Our Interview with Brian the Broker!

  • Get To Know A Broker

Welcome to our new series “Get To Know A Broker”! This our second editon and we are fortunate enough to have Brian  share his experience of being a freight broker and how he got there! He gives great advice about how to stand out as a Freight Broker and the importance of Self Care to be always operating at your best!

  • Please share your story with us. How did you get to where you are today?

“I kind of happened on this industry accidentally. I was working in a warehouse, they started cutting my hours from full-time to part-time so I emailed one of the brokers that we were using to move our freight and got an interview the next day.”

  • Great, so let’s dig a little deeper into the story – has it been an easy path overall and if not, what were the challenges you’ve had to overcome?

I only lasted 5 months in my first role in operations. The 3PL where I was at was fairly large and had the sales person pay 33% of your salary and expenses, as a result they were breathing down your neck all day and really gave it to you when you messed up. Which, as someone so green to the industry, happened a few times. The only upside for this company was that they provided great training that most small to medium sized companies could not provide.

Once I started at my next company, I already had a head start as they were expecting to hire someone green. Since then, I spent time only at 2 other brokers and have been consistently trending upwards throughout my short career.

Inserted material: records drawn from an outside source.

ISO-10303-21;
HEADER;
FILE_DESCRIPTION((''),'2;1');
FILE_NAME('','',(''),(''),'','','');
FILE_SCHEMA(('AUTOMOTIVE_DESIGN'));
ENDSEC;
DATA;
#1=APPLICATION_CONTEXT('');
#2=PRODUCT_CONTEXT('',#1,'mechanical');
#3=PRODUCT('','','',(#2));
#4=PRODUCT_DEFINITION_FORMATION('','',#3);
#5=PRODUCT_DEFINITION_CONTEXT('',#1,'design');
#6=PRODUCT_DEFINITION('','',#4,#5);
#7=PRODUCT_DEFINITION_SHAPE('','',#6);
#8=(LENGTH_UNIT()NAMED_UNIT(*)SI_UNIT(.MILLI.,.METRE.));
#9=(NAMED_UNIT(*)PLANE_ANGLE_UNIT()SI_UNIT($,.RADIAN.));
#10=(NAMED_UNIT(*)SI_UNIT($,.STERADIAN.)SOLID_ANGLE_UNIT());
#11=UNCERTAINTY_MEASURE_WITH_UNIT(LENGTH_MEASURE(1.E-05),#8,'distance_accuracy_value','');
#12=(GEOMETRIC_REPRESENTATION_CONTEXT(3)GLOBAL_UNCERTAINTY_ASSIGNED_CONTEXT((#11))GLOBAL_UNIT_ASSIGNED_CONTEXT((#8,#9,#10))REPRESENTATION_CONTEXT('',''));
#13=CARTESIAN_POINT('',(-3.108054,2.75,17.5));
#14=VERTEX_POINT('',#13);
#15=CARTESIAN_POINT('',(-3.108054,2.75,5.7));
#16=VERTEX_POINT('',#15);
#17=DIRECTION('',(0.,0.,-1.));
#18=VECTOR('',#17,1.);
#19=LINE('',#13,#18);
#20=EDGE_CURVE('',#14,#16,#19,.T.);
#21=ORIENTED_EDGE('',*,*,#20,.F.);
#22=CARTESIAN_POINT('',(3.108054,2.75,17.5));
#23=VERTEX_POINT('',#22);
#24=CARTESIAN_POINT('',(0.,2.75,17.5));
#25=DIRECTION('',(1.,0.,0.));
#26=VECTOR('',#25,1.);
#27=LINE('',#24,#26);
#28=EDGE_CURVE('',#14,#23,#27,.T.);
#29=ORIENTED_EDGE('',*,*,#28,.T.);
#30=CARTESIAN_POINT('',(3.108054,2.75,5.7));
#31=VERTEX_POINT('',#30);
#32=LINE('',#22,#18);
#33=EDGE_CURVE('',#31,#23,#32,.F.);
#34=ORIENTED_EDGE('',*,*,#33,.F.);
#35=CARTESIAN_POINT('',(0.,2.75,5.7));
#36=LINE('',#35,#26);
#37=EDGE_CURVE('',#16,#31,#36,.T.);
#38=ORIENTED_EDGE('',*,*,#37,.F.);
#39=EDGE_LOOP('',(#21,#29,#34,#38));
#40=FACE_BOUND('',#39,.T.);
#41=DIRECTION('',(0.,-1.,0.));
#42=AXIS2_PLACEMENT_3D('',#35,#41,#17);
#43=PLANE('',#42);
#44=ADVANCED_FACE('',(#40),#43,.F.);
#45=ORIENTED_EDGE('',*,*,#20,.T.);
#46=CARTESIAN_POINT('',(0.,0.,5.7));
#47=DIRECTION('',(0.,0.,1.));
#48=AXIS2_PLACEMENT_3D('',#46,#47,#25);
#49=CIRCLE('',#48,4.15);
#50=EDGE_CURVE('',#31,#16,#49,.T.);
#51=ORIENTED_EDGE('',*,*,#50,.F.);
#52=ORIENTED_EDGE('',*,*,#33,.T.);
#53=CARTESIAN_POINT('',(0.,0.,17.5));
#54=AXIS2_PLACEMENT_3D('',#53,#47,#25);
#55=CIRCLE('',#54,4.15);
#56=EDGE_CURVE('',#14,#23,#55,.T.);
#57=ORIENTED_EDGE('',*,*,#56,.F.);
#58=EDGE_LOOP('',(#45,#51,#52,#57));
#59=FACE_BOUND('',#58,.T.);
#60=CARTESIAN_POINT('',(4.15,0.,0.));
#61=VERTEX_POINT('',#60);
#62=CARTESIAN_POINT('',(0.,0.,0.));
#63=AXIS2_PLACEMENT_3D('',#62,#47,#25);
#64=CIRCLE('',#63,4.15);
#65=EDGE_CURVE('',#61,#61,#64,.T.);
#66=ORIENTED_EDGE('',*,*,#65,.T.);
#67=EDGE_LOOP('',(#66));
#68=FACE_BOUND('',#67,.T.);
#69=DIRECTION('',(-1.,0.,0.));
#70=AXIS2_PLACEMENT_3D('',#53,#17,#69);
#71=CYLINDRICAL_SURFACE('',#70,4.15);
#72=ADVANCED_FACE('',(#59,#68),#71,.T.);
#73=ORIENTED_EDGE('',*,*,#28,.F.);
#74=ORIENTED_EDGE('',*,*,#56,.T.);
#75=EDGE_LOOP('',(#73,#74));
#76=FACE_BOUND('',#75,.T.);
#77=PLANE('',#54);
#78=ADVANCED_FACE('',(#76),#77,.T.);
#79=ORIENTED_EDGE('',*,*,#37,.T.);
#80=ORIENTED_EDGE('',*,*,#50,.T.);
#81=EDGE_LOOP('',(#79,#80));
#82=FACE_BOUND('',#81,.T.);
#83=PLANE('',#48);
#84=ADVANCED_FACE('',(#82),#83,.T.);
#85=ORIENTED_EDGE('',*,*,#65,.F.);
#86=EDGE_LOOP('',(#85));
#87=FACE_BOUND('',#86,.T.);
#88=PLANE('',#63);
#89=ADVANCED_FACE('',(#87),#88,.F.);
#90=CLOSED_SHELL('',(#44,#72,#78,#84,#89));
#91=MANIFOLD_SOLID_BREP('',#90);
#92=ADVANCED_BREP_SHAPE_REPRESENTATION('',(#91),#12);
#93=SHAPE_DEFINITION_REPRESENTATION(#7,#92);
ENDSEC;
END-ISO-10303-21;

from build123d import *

# Parameters (mm, degrees)
SKETCH1_R           = 4.15
BOSS_EXTRUDE1_DEPTH = 17.5
CUT_EXTRUDE2_DEPTH  = 11.8


with BuildPart() as part:
    # Sketch1 → Boss-Extrude1 (new body)
    with BuildSketch(Plane.XY):
        Circle(SKETCH1_R)
    extrude(amount=BOSS_EXTRUDE1_DEPTH)

    # Sketch3 → Cut-Extrude2 (cut)
    with BuildSketch(Plane.XY.offset(17.5)):
        Polygon((-2.257372241, 2.75), (5.403828273, 2.75), (5.403828273, 6.178991051), (-6.344388295, 6.178991051), (-6.344388295, 2.75), align=None)
    extrude(amount=-CUT_EXTRUDE2_DEPTH, mode=Mode.SUBTRACT)


solid = part.part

There have been some downs but a huge majority of ups. I started out green, and then spent years as just customer service, then quickly used the skills that I learned to propel myself to dispatch and sales.”

  • Alright – so let’s talk business. Tell us about your Brokerage – what should we know?

I currently work at a small 3PL. I tell everyone that it’s “boutique sized” to glam it up a little. My selling point for customers is that we offer catered and hands-on service to accommodate all of their needs. Currently, 90% of my work is intra-Canadian freight.

  • Where did you get your training? What did you like and dislike about it?

My training was done on the job at Traffic Tech, here in Montreal. Their process has been unmatched, compared to the unstructured on-the-job training that I have witnessed at my other employers.

They had a binder that acted as your manual and provided you with daily training in a CSR “incubator” that came with a secluded test-system where they had you run scenarios. You have to pass the incubator phase to graduate to working for your sales person. They would also call newer CSRs in for pop quizzes to test how well they knew their material.  It was a great system and I wish I saw that from other employers.”

  • Is there a characteristic or quality that you feel is essential to success in the Logistics industry?

I have learned over the years to detach myself as much as I can from my work at the end of the day as a means to self preservation. In an industry where we’re kind of working 24/7, I find that we need to be deliberate in taking care of our stress. This isn’t exclusive to logistics and transportation but I try to tell every green person that I come across that they need to actively practice self care to avoid burnout.

I also tell myself that if problems didn’t happen, I’d be out of a job. People are constantly amazed by how calm and unstressed I am in this stressful, hectic industry. Part of it comes from my ability to break down obstacles and problems and tackle them in an efficient manner. By tackling a few tasks at a time, you avoid feeling overwhelmed, which is where mistakes happen.”

  • What has been the proudest moment of your career as a Freight Broker so far?

I was able to bring over an old customer from one employer to the other, not from just soliciting but from providing customer service so great that it was memorable to them.

  •  Lastly, any advice you would like to give to other people wanting to get into the logistics industry?!

Practice deliberate self-care. If nothing ever goes wrong, we’re out of a job.”